George discovered Jim and Cliff Courtney, two brothers conspiring to create a new ferry service across Lake Chelan in the Cascades. The State of Washington has marshaled its might to say, "No. There's already a state-sanctioned ferry service, so get lost."

"...84 years ago,"  Will writes, " Washington state asserted a principle much favored by all of America’s governments:It may parcel out certain economic liberties sparingly and only to those who can prove to government that their exercise of their liberty will satisfy some government-concocted criteria."


(I doubt there are many better  better short definitions of tyranny in the English language.)


Jim and Cliff run a resort on one end of the 55-mile-long lake, far beyond the end of  any road. so you get to those environs by private boat or plane or  a seasonal two-vessel ferry service -- a government sanctioned monopoly. The two boats operate once a day, both sailing at the same time and, get this, in the same direction.


The brothers think they can do better. All they need is approval of  a couple of dozen bureaucrats to sign off on their application for a "certificate of public interest, convenience, and necessity." The bureaucrats tell Jim and Cliff to go pound rocks, and  the lawsuit begins.

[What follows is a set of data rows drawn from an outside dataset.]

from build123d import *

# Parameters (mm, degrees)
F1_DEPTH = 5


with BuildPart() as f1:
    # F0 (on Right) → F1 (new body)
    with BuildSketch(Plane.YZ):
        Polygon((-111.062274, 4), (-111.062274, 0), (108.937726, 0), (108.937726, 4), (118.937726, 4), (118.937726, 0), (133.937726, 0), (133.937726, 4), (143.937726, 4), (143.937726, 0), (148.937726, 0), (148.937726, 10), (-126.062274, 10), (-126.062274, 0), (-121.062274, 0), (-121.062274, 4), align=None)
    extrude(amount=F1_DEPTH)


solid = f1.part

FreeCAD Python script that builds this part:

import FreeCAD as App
import Part
import Sketcher
from FreeCAD import Vector
Q = App.Units.Quantity


def add_polygon(sketch, points):
    """Adds a closed chain of lines whose ends are joined by coincident constraints."""
    first, n = sketch.GeometryCount, len(points)
    for a, b in zip(points, points[1:] + points[:1]):
        sketch.addGeometry(Part.LineSegment(App.Vector(*a, 0), App.Vector(*b, 0)), False)
    for i in range(n):
        sketch.addConstraint(Sketcher.Constraint("Coincident", first + i, 2, first + (i + 1) % n, 1))

doc = App.newDocument("Part")
body = doc.addObject("PartDesign::Body", "Body")

sketch1 = body.newObject("Sketcher::SketchObject", "Sketch")
sketch1.AttachmentSupport = (doc.getObject("YZ_Plane"), [""])
sketch1.MapMode = "FlatFace"
add_polygon(sketch1, [(-111.062274, 4), (-111.062274, 0), (108.937726, 0), (108.937726, 4), (118.937726, 4), (118.937726, 0), (133.937726, 0), (133.937726, 4), (143.937726, 4), (143.937726, 0), (148.937726, 0), (148.937726, 10), (-126.062274, 10), (-126.062274, 0), (-121.062274, 0), (-121.062274, 4)])
sketch1.addConstraint(Sketcher.Constraint("Vertical", 0))
sketch1.addConstraint(Sketcher.Constraint("Horizontal", 1))
sketch1.addConstraint(Sketcher.Constraint("Vertical", 2))
sketch1.addConstraint(Sketcher.Constraint("Horizontal", 3))
sketch1.addConstraint(Sketcher.Constraint("Vertical", 4))
sketch1.addConstraint(Sketcher.Constraint("Horizontal", 5))
sketch1.addConstraint(Sketcher.Constraint("Vertical", 6))
sketch1.addConstraint(Sketcher.Constraint("Horizontal", 7))
sketch1.addConstraint(Sketcher.Constraint("Vertical", 8))
sketch1.addConstraint(Sketcher.Constraint("Horizontal", 9))
sketch1.addConstraint(Sketcher.Constraint("Vertical", 10))
sketch1.addConstraint(Sketcher.Constraint("Horizontal", 11))
sketch1.addConstraint(Sketcher.Constraint("Vertical", 12))
sketch1.addConstraint(Sketcher.Constraint("Horizontal", 13))
sketch1.addConstraint(Sketcher.Constraint("Vertical", 14))
sketch1.addConstraint(Sketcher.Constraint("Horizontal", 15))
sketch1.addConstraint(Sketcher.Constraint("PointOnObject", 0, 2, -1))
sketch1.addConstraint(Sketcher.Constraint("PointOnObject", 4, 2, -1))
sketch1.addConstraint(Sketcher.Constraint("PointOnObject", 8, 2, -1))
sketch1.addConstraint(Sketcher.Constraint("PointOnObject", 12, 2, -1))
sketch1.addConstraint(Sketcher.Constraint("Horizontal", 3, 2, 6, 2))
sketch1.addConstraint(Sketcher.Constraint("Horizontal", 7, 2, 14, 2))
sketch1.addConstraint(Sketcher.Constraint("Equal", 3, 7))
sketch1.addConstraint(Sketcher.Constraint("Equal", 9, 13))
sketch1.addConstraint(Sketcher.Constraint("Equal", 7, 15))
sketch1.addConstraint(Sketcher.Constraint("Equal", 15, 10))
sketch1.addConstraint(Sketcher.Constraint("DistanceX", 1, 1, 1, 2, Q("220 mm")))
sketch1.addConstraint(Sketcher.Constraint("DistanceX", 3, 1, 3, 2, Q("10 mm")))
sketch1.addConstraint(Sketcher.Constraint("DistanceX", 5, 1, 5, 2, Q("15 mm")))
sketch1.addConstraint(Sketcher.Constraint("DistanceX", 9, 1, 9, 2, Q("5 mm")))
sketch1.addConstraint(Sketcher.Constraint("DistanceY", 0, 2, 0, 1, Q("4 mm")))
sketch1.addConstraint(Sketcher.Constraint("DistanceX", 0, 2, -1, 1, Q("111.062274 mm")))
pad1 = body.newObject("PartDesign::Pad", "Pad")
pad1.Profile = sketch1
pad1.Length = 5

doc.recompute()
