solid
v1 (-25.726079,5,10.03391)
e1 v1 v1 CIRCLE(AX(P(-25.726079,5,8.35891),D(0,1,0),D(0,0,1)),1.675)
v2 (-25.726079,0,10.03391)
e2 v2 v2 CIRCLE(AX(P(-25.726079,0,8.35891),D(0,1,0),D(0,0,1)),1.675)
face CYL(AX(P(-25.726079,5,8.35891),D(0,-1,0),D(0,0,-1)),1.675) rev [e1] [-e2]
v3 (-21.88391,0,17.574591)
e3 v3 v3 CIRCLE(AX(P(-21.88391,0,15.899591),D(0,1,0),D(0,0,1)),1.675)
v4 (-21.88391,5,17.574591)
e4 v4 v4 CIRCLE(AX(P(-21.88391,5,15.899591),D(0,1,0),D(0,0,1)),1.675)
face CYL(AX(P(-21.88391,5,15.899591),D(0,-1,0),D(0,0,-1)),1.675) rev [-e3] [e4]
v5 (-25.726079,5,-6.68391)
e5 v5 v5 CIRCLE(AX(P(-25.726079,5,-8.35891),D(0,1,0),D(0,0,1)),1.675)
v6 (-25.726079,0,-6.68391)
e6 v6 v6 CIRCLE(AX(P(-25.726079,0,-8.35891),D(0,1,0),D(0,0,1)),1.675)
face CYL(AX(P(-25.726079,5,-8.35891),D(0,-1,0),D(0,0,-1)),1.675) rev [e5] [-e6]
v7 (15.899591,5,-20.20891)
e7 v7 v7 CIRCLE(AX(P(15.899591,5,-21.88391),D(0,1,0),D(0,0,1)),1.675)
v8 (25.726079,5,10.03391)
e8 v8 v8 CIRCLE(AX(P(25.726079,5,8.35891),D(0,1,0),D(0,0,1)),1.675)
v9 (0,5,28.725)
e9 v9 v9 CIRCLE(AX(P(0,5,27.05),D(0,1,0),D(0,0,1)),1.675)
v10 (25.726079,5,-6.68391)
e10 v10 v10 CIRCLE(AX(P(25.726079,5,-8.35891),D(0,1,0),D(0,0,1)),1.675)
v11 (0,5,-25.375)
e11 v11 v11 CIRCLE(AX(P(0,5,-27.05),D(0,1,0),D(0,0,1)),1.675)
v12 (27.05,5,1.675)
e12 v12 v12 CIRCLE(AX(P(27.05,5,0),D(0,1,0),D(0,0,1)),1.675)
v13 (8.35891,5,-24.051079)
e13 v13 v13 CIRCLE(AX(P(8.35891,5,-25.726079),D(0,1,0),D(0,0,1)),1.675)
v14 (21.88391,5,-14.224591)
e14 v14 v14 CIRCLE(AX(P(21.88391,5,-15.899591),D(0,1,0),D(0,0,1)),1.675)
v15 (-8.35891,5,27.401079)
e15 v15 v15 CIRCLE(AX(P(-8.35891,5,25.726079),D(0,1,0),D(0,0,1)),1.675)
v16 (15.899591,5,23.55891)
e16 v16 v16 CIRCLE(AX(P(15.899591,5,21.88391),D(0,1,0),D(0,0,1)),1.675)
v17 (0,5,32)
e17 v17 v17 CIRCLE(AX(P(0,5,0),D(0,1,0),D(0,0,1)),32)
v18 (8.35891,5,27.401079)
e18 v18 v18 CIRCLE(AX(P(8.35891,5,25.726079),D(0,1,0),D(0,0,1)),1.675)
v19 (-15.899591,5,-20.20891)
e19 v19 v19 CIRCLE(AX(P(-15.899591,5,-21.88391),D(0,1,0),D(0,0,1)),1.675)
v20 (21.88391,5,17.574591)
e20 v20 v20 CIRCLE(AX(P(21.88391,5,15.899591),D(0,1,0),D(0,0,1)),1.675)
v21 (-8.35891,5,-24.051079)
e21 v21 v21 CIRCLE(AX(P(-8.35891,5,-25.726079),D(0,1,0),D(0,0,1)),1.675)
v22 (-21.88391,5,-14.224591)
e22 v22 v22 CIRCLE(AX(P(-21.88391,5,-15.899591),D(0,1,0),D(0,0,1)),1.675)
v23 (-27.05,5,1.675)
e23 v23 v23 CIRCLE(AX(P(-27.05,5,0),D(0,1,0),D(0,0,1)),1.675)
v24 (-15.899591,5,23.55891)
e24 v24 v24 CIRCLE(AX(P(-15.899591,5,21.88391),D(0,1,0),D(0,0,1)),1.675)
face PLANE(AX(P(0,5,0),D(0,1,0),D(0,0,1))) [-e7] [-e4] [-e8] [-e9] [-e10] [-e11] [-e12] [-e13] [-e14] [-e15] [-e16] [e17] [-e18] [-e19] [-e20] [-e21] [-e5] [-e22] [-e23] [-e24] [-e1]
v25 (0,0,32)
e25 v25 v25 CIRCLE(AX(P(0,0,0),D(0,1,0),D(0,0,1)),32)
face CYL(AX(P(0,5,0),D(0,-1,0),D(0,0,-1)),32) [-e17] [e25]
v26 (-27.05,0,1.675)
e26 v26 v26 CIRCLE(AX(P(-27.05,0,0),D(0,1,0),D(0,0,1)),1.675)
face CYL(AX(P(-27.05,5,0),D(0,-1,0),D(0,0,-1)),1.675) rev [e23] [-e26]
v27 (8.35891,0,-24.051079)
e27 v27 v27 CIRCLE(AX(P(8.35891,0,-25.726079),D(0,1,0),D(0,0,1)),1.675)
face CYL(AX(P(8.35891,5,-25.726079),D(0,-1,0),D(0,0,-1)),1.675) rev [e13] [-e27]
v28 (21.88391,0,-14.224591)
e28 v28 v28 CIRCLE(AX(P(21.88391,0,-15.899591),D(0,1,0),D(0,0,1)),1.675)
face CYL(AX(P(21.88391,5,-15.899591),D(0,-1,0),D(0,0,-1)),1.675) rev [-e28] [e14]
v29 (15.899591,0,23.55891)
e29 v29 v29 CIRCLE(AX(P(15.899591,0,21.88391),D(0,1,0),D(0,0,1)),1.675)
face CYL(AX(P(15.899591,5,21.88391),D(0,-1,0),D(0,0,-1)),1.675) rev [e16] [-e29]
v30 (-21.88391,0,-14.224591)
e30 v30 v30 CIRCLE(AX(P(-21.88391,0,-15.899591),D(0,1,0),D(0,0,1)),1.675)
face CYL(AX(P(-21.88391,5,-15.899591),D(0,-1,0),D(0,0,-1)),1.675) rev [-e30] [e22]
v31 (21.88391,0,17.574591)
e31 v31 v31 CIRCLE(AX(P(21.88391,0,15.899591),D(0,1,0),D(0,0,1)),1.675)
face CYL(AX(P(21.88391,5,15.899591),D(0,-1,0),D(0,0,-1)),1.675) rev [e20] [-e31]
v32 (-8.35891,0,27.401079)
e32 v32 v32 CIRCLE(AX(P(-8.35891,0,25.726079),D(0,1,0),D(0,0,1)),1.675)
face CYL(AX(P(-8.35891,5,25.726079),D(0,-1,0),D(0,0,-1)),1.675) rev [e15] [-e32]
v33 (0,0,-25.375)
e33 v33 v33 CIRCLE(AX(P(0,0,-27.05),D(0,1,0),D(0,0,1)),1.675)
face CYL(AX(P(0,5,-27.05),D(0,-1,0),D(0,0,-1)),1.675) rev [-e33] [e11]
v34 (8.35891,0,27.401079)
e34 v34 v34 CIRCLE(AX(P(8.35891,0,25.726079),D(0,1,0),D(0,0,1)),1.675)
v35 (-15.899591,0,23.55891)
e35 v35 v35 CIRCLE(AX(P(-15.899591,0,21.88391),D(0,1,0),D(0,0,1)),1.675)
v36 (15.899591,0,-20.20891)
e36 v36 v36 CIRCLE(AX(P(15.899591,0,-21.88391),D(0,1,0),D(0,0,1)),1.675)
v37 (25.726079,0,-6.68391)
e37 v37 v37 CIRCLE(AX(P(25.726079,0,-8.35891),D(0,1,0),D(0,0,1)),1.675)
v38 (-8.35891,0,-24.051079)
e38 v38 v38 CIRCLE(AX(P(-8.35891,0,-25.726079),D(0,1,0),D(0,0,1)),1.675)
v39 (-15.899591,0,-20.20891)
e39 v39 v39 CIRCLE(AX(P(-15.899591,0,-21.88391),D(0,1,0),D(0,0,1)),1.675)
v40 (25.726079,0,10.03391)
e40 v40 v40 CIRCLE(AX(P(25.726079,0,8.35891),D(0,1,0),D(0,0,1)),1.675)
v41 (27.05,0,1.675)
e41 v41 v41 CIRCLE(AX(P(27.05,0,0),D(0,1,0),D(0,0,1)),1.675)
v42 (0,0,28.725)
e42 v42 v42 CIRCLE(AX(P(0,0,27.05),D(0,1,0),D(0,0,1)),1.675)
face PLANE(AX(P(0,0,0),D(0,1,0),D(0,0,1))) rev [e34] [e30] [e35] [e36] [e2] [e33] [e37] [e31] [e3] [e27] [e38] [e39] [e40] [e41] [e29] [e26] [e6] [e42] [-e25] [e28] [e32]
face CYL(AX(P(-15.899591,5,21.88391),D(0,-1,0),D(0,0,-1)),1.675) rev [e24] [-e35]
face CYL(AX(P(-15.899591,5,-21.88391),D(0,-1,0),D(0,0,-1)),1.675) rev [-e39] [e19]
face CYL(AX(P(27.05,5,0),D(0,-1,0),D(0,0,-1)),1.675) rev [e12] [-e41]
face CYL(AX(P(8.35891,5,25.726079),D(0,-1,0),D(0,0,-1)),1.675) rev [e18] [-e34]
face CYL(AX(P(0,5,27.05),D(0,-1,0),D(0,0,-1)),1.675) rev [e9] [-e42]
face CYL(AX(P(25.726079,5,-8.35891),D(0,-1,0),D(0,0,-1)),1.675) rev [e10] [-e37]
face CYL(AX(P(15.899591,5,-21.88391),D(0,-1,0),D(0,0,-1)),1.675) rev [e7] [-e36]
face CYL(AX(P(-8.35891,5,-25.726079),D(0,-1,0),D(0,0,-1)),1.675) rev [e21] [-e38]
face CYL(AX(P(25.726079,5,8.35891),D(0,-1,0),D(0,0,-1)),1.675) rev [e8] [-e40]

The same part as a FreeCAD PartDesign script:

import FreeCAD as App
import Part
import Sketcher

V = App.Vector

doc = App.newDocument("Part")
body = doc.addObject("PartDesign::Body", "Body")

# Sketch on XZ plane
sketch1 = body.newObject("Sketcher::SketchObject", "Sketch")
sketch1.AttachmentSupport = (doc.getObject("XZ_Plane"), [""])
sketch1.MapMode = "FlatFace"
sketch1.addGeometry(Part.Circle(V(0, 0, 0), V(0, 0, 1), 32), False)
sketch1.addGeometry(Part.Circle(V(-21.9, -15.9, 0), V(0, 0, 1), 1.7), False)
sketch1.addGeometry(Part.Circle(V(-15.9, -21.9, 0), V(0, 0, 1), 1.7), False)
sketch1.addGeometry(Part.Circle(V(-25.7, -8.4, 0), V(0, 0, 1), 1.7), False)
sketch1.addGeometry(Part.Circle(V(-8.4, -25.7, 0), V(0, 0, 1), 1.7), False)
sketch1.addGeometry(Part.Circle(V(0, -27.1, 0), V(0, 0, 1), 1.7), False)
sketch1.addGeometry(Part.Circle(V(-27.1, 0, 0), V(0, 0, 1), 1.7), False)
sketch1.addGeometry(Part.Circle(V(-25.7, 8.4, 0), V(0, 0, 1), 1.7), False)
sketch1.addGeometry(Part.Circle(V(-21.9, 15.9, 0), V(0, 0, 1), 1.7), False)
sketch1.addGeometry(Part.Circle(V(-15.9, 21.9, 0), V(0, 0, 1), 1.7), False)
sketch1.addGeometry(Part.Circle(V(-8.4, 25.7, 0), V(0, 0, 1), 1.7), False)
sketch1.addGeometry(Part.Circle(V(8.4, -25.7, 0), V(0, 0, 1), 1.7), False)
sketch1.addGeometry(Part.Circle(V(15.9, -21.9, 0), V(0, 0, 1), 1.7), False)
sketch1.addGeometry(Part.Circle(V(21.9, -15.9, 0), V(0, 0, 1), 1.7), False)
sketch1.addGeometry(Part.Circle(V(25.7, -8.4, 0), V(0, 0, 1), 1.7), False)
sketch1.addGeometry(Part.Circle(V(27.1, 0, 0), V(0, 0, 1), 1.7), False)
sketch1.addGeometry(Part.Circle(V(0, 27.1, 0), V(0, 0, 1), 1.7), False)
sketch1.addGeometry(Part.Circle(V(8.4, 25.7, 0), V(0, 0, 1), 1.7), False)
sketch1.addGeometry(Part.Circle(V(25.7, 8.4, 0), V(0, 0, 1), 1.7), False)
sketch1.addGeometry(Part.Circle(V(15.9, 21.9, 0), V(0, 0, 1), 1.7), False)
sketch1.addGeometry(Part.Circle(V(21.9, 15.9, 0), V(0, 0, 1), 1.7), False)
sketch1.addConstraint(Sketcher.Constraint("Coincident", 0, 3, -1, 1))
sketch1.addConstraint(Sketcher.Constraint("Equal", 1, 2))
sketch1.addConstraint(Sketcher.Constraint("Equal", 2, 3))
sketch1.addConstraint(Sketcher.Constraint("Equal", 3, 4))
sketch1.addConstraint(Sketcher.Constraint("Equal", 4, 5))
sketch1.addConstraint(Sketcher.Constraint("Equal", 5, 6))
sketch1.addConstraint(Sketcher.Constraint("Equal", 6, 7))
sketch1.addConstraint(Sketcher.Constraint("Equal", 7, 8))
sketch1.addConstraint(Sketcher.Constraint("Equal", 8, 9))
sketch1.addConstraint(Sketcher.Constraint("Equal", 9, 10))
sketch1.addConstraint(Sketcher.Constraint("Equal", 10, 11))
sketch1.addConstraint(Sketcher.Constraint("Equal", 11, 12))
sketch1.addConstraint(Sketcher.Constraint("Equal", 12, 13))
sketch1.addConstraint(Sketcher.Constraint("Equal", 13, 14))
sketch1.addConstraint(Sketcher.Constraint("Equal", 14, 15))
sketch1.addConstraint(Sketcher.Constraint("Equal", 15, 16))
sketch1.addConstraint(Sketcher.Constraint("Equal", 16, 17))
sketch1.addConstraint(Sketcher.Constraint("Equal", 17, 18))
sketch1.addConstraint(Sketcher.Constraint("Equal", 18, 19))
sketch1.addConstraint(Sketcher.Constraint("Equal", 19, 20))
sketch1.addConstraint(Sketcher.Constraint("Symmetric", 10, 3, 11, 3, -1, 1))
sketch1.addConstraint(Sketcher.Constraint("Symmetric", 9, 3, 12, 3, -1, 1))
sketch1.addConstraint(Sketcher.Constraint("Symmetric", 8, 3, 13, 3, -1, 1))
sketch1.addConstraint(Sketcher.Constraint("Symmetric", 7, 3, 14, 3, -1, 1))
sketch1.addConstraint(Sketcher.Constraint("Symmetric", 6, 3, 15, 3, -1, 1))
sketch1.addConstraint(Sketcher.Constraint("Symmetric", 5, 3, 16, 3, -1, 1))
sketch1.addConstraint(Sketcher.Constraint("Symmetric", 4, 3, 17, 3, -1, 1))
sketch1.addConstraint(Sketcher.Constraint("Symmetric", 3, 3, 18, 3, -1, 1))
sketch1.addConstraint(Sketcher.Constraint("Symmetric", 2, 3, 19, 3, -1, 1))
sketch1.addConstraint(Sketcher.Constraint("Symmetric", 1, 3, 20, 3, -1, 1))
sketch1.addConstraint(Sketcher.Constraint("Symmetric", 4, 3, 11, 3, -2))
sketch1.addConstraint(Sketcher.Constraint("Symmetric", 2, 3, 12, 3, -2))
sketch1.addConstraint(Sketcher.Constraint("Symmetric", 1, 3, 13, 3, -2))
sketch1.addConstraint(Sketcher.Constraint("Symmetric", 3, 3, 14, 3, -2))
sketch1.addConstraint(Sketcher.Constraint("PointOnObject", 5, 3, -2))
sketch1.addConstraint(Sketcher.Constraint("PointOnObject", 6, 3, -1))
sketch1.addConstraint(Sketcher.Constraint("Diameter", 0, 64.0))
sketch1.addConstraint(Sketcher.Constraint("Diameter", 1, 3.35))
sketch1.addConstraint(Sketcher.Constraint("DistanceY", 5, 3, -1, 1, 27.05))
sketch1.addConstraint(Sketcher.Constraint("DistanceX", 6, 3, -1, 1, 27.05))
sketch1.addConstraint(Sketcher.Constraint("DistanceY", 2, 3, 3, 3, 13.525))
sketch1.addConstraint(Sketcher.Constraint("DistanceX", 1, 3, 4, 3, 13.525))
sketch1.addConstraint(Sketcher.Constraint("DistanceY", 1, 3, 7, 3, 24.258501))
sketch1.addConstraint(Sketcher.Constraint("DistanceX", 2, 3, 11, 3, 24.258501))
sketch1.addConstraint(Sketcher.Constraint("DistanceX", 1, 3, -1, 1, 21.88391))
sketch1.addConstraint(Sketcher.Constraint("DistanceY", 1, 3, -1, 1, 15.899591))
sketch1.addConstraint(Sketcher.Constraint("DistanceX", 3, 3, -1, 1, 25.726079))
sketch1.addConstraint(Sketcher.Constraint("DistanceY", 4, 3, -1, 1, 25.726079))
pad1 = body.newObject("PartDesign::Pad", "Pad")
pad1.Profile = sketch1
pad1.Length = 5
pad1.Reversed = True

doc.recompute()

Back to Will. He's referring to a couple of old Supreme Court decisions which hold that personal liberty does not necessarily mean personal economic liberty.



"It is now routine for government to have transactions with rent-seekers — private interests who want public power used to confer advantages on them, or disadvantages on competitors. This case from a remote region of Washington state explains much about a Washington 2,200 miles away. Start with a misbegotten constitutional principle that denigrates economic liberty as less than fundamental, and thus licenses government to ration such liberty. You end with the pandemic rent-seeking that defines the nation’s capital."


---


Yes, Sir.

And just a couple of personal notes. I fully agree with you that the might of government ought to be brought brought down on the designated hitter rule. On the other hand, may I suggest you seek treatment for your recurring attacks of  hoplophobia?